À la mémoire de Wright

Appelé par plusieurs autres projets, dont l'opéra Camera, Moore s'éloigne un peu de Pink Floyd dans les années 90. Il demeure néanmoins un proche de Rick Wright, auquel The Endless River est dédicacé. C'était donc dans l'ordre des choses qu'il cosigne le très bel album solo de Wright, Broken China, en 1996. À l'heure où un nouvel enregistrement ramène sous les feux de la rampe le jeu unique du discret claviériste décédé en 2008, Anthony Moore salue son ami.

«Ce qui était génial avec lui, c'est comment il fusionnait des notes ensemble de manière riche, avec des accords harmoniques. Il avait cette manière d'inverser des accords à des moments inattendus. [...] Quant à son chant, il avait à mes oreilles une des plus authentiques voix britanniques, non affectée. Il ne songeait pas à essayer d'être quelqu'un d'autre que lui quand il chantait, il ne faisait aucun emprunt.»

Slapp Happy: un retour possible

En 1997, Anthony Moore reformait Slapp Happy avec Peter Blegvad et Dagmar Krause après une longue absence. Les trois artistes étaient restés proches, Krause et Moore ayant un enfant ensemble et Blegvad étant un ami de toujours. Bien que l'album ait été une grande réussite, saluée par la critique, la machine promotionnelle n'était pas au rendez-vous et la parution a malheureusement été confidentielle. Hautement déçus, les compères ont préféré retourner à leur carrière solo respective.
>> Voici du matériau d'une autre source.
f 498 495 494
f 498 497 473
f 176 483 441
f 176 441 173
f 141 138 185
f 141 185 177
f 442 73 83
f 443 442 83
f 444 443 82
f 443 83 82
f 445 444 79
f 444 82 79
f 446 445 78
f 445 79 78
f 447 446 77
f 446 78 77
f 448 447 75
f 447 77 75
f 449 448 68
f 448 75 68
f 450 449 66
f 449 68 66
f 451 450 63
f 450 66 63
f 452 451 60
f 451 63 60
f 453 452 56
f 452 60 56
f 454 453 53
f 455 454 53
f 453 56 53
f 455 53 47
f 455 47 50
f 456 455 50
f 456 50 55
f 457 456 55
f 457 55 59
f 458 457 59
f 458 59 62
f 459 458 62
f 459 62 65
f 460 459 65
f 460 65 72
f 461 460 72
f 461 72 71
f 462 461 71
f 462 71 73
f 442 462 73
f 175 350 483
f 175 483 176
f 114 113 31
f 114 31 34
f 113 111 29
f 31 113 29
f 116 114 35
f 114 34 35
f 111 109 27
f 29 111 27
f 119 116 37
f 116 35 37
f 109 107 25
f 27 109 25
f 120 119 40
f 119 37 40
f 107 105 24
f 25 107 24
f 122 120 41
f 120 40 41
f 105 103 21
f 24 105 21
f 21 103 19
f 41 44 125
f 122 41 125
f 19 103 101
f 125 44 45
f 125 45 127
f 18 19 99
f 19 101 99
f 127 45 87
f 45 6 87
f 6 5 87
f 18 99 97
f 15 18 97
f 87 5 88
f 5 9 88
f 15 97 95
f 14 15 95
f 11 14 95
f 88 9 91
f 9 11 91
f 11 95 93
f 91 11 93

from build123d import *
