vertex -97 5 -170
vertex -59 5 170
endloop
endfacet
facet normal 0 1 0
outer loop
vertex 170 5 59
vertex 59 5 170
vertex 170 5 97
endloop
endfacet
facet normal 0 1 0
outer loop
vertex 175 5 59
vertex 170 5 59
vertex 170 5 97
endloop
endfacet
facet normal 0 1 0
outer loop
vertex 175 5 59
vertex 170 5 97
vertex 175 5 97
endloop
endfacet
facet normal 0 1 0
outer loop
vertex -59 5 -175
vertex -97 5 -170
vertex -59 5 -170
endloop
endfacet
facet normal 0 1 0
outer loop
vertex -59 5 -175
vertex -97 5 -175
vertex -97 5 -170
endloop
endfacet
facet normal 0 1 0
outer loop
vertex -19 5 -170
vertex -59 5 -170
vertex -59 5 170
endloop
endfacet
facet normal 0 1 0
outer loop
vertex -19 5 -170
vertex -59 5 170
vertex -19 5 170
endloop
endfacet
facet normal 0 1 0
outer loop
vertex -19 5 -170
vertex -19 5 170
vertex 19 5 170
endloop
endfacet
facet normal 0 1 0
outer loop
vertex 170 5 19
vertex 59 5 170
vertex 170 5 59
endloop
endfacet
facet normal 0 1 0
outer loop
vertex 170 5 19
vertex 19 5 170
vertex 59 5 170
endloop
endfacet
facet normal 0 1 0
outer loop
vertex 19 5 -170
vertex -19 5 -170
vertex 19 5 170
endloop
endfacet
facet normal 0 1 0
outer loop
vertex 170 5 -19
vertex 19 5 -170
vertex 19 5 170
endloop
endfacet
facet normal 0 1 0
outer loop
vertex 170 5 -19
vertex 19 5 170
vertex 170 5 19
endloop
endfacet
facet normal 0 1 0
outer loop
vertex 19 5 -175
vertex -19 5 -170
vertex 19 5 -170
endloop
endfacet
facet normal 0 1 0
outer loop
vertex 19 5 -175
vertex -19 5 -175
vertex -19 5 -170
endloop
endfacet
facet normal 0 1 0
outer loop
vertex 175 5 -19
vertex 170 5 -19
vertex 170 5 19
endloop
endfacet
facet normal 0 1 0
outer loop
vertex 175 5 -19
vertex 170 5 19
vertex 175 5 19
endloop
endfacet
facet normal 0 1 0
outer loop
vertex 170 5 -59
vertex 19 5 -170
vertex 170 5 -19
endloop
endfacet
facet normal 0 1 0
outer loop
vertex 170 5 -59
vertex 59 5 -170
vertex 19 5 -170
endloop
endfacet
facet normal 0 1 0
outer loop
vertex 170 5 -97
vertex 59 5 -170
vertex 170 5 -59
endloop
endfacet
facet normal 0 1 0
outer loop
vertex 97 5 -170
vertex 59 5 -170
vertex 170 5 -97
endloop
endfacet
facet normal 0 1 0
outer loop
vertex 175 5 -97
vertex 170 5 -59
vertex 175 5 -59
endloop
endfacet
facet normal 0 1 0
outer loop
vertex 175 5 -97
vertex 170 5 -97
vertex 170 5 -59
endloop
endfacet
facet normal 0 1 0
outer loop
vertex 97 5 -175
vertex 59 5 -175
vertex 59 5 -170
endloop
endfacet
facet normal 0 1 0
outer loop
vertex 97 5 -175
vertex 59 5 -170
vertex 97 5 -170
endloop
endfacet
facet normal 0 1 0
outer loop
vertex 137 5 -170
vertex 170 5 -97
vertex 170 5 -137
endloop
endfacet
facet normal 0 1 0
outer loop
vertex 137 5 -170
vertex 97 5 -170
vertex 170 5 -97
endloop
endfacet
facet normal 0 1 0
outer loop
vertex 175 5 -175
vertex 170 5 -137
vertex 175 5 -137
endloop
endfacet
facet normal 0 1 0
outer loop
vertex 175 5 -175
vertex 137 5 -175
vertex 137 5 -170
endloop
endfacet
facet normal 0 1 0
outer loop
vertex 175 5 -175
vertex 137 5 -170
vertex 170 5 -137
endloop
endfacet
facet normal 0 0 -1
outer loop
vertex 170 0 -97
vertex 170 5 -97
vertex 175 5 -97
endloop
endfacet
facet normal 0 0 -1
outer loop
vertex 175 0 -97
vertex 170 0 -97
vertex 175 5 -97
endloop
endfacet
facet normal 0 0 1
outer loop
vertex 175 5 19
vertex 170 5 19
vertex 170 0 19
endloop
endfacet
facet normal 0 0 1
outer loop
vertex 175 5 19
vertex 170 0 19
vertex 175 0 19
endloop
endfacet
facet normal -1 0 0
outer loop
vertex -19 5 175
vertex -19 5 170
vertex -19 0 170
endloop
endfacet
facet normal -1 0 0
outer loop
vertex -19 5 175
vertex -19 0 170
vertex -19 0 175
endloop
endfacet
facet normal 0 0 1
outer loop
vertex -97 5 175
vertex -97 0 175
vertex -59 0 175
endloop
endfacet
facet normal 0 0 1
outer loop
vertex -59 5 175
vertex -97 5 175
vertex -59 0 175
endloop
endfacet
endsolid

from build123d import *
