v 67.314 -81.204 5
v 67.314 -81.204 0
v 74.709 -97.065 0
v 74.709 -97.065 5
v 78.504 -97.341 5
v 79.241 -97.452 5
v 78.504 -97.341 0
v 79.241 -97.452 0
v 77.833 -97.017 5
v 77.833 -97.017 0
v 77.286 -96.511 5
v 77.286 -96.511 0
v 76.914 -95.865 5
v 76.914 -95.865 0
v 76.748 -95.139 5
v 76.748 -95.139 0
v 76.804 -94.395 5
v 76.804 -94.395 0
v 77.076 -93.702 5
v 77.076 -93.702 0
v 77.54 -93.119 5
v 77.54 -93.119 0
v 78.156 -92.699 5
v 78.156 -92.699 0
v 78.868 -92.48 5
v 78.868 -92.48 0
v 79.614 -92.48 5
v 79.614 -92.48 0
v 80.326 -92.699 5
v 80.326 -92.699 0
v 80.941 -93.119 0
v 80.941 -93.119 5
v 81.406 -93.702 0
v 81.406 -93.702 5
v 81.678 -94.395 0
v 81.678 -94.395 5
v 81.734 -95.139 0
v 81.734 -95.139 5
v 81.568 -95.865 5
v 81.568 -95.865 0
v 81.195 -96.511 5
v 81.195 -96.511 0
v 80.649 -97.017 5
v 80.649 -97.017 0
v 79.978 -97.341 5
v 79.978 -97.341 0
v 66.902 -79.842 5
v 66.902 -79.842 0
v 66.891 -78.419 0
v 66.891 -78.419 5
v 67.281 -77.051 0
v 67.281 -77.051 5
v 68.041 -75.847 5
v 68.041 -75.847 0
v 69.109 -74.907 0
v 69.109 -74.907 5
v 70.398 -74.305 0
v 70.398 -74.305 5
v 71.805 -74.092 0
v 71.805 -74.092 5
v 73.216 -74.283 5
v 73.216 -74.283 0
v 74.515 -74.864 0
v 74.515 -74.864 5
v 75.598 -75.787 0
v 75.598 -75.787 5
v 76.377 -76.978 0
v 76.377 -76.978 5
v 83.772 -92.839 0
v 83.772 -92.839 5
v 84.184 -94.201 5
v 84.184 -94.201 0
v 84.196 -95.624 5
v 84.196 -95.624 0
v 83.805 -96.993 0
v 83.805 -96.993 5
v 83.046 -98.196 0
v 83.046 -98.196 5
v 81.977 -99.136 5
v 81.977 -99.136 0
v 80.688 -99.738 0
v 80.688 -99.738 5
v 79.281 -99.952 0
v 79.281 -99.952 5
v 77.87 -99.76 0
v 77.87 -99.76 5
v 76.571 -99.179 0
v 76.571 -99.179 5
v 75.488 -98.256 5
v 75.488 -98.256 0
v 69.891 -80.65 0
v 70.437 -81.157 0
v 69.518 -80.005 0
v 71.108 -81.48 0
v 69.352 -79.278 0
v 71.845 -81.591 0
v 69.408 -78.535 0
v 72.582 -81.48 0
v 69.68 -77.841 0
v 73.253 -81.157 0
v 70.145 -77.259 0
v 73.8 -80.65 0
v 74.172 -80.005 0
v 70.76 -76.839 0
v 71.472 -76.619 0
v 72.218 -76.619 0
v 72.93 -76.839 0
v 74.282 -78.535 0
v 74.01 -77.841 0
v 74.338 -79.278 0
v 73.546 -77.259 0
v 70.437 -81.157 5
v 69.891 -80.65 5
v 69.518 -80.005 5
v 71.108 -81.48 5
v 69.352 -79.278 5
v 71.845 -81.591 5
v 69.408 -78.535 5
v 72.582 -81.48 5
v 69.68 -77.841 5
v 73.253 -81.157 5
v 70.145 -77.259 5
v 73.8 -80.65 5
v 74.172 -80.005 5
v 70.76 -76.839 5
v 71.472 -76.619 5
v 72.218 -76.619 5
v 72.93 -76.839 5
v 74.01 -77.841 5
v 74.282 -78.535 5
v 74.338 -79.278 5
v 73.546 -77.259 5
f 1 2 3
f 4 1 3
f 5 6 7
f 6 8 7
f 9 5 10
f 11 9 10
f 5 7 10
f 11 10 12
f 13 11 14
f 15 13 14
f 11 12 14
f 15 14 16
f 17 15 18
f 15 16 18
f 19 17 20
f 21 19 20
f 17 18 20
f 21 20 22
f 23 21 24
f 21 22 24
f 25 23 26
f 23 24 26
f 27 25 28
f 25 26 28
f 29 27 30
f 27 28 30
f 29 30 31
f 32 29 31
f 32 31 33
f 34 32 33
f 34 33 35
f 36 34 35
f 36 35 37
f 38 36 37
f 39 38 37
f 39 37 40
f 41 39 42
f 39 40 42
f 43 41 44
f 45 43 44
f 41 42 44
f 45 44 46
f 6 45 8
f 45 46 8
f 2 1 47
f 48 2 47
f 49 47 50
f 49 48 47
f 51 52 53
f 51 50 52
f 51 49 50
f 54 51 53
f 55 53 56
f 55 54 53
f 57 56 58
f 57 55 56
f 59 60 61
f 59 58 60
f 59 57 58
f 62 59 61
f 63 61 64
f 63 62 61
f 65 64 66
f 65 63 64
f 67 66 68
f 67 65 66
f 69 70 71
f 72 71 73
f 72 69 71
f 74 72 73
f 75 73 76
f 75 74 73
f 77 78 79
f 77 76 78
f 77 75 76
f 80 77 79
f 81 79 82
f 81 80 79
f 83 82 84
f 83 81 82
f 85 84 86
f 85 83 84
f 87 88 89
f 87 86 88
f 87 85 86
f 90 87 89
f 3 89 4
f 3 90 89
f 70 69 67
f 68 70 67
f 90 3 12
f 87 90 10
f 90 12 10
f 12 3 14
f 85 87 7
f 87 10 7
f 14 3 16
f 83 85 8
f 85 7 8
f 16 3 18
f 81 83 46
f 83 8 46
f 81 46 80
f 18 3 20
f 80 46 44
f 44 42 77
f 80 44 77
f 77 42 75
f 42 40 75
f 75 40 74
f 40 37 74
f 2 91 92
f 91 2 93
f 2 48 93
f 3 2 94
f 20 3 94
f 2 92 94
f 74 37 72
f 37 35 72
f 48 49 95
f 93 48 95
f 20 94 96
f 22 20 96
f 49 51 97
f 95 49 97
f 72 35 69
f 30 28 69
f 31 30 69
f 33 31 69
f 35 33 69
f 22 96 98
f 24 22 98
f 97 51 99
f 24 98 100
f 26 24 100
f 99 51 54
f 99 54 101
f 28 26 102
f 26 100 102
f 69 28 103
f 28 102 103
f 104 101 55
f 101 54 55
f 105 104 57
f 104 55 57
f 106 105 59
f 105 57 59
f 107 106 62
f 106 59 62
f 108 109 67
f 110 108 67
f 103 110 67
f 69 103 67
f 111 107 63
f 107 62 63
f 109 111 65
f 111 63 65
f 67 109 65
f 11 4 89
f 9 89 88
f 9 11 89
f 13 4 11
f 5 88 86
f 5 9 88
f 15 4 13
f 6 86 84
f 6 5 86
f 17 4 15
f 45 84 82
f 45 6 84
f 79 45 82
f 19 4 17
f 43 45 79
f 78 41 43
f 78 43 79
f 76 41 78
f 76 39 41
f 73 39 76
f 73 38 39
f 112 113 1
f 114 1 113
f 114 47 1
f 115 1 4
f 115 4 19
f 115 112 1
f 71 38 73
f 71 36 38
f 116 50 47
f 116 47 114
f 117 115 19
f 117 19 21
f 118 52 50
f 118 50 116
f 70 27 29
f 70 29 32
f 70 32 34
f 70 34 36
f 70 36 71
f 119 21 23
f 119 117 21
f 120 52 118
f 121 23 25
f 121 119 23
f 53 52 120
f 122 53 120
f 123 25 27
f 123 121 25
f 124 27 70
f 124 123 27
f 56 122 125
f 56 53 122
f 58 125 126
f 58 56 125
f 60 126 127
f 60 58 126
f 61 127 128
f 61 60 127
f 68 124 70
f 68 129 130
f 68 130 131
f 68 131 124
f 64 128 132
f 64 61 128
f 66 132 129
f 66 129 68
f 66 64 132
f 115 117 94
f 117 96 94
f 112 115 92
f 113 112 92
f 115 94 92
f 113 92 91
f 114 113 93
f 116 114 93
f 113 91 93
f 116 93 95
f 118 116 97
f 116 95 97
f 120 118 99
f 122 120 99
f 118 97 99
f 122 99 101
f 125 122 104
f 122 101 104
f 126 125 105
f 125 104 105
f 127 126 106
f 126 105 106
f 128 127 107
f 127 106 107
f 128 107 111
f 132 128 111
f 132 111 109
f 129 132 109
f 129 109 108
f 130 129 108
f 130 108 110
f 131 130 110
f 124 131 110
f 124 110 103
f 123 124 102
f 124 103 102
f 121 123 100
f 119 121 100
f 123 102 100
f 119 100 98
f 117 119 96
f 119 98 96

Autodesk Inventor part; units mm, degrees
ref_plane "YZ Plane" through (0, 0, 0) normal (1, 0, 0) x (0, 1, 0)
ref_plane "XZ Plane" through (0, 0, 0) normal (0, 1, 0) x (-1, 0, 0)
ref_plane "XY Plane" through (0, 0, 0) normal (0, 0, 1) x (1, 0, 0)
sketch "Sketch3" plane through (0, 0, 0) normal (0, 0, 1) x (1, 0, 0)
  line L0 (71.8451, -79.0914) -> (79.2409, -94.9518) construction
  line L1 (67.3136, -81.2045) -> (74.7094, -97.0649)
  line L2 (83.7725, -92.8387) -> (76.3766, -76.9783)
  arc A0 (76.3766, -76.9783) -> (67.3136, -81.2045) centre (71.8451, -79.0914) ccw
  arc A1 (74.7094, -97.0649) -> (83.7725, -92.8387) centre (79.2409, -94.9518) ccw
  line L3 (79.2409, -94.9518) -> (71.8451, -79.0914)
  point P0 (0, 0)
  point P1 (75.543, -87.0216)
  dimension "d16" = 10
extrude "Extrusion2" add sketch "Sketch3" along normal blind 5
sketch "Sketch4" plane through (0, 0, 5) normal (0, 0, 1) x (1, 0, 0)
  line L0 (67.3136, -81.2045) -> (74.7094, -97.0649) projected
  arc A0 (74.7094, -97.0649) -> (83.7725, -92.8387) centre (79.2409, -94.9518) ccw projected
  line L1 (83.7725, -92.8387) -> (76.3766, -76.9783) projected
  arc A1 (76.3766, -76.9783) -> (67.3136, -81.2045) centre (71.8451, -79.0914) ccw projected
  point P0 (0, 0)
hole "Hole1" at (71.8451, -79.0914, 5) at (79.2409, -94.9518, 5) direction (0, 0, -1) diameter 5 end through all
properties part number "avstandsstykke"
Pourraient-ils néanmoins pondre une nouvelle perle pop un de ces jours? «On est encore en contact, alors se retrouver maintenant, même si ça fait un certain temps, ça pourrait arriver demain. On rit des mêmes choses, alors on pourrait très bien se retrouver à rire ensemble en studio de nouveau!»

Professeur Moore

Depuis 1996, Anthony Moore est professeur à l'Académie des Arts et Médias de Cologne. S'il a pu être vu comme trop sérieux ou trop intellectuel pour le milieu pop, à l'époque de Slapp Happy, le milieu universitaire, lui, ne l'a pas snobé et il a ainsi pu aisément s'y faire une place. Entre deux charges de cours, Moore continue d'être actif sur le plan créatif. Avec Peter Blegvad, il a donné quelques concerts sous le nom Two Half Cat; il a collaboré avec ARP, dans une veine minimaliste, en plus de répondre à diverses commandes de la radio allemande WDR.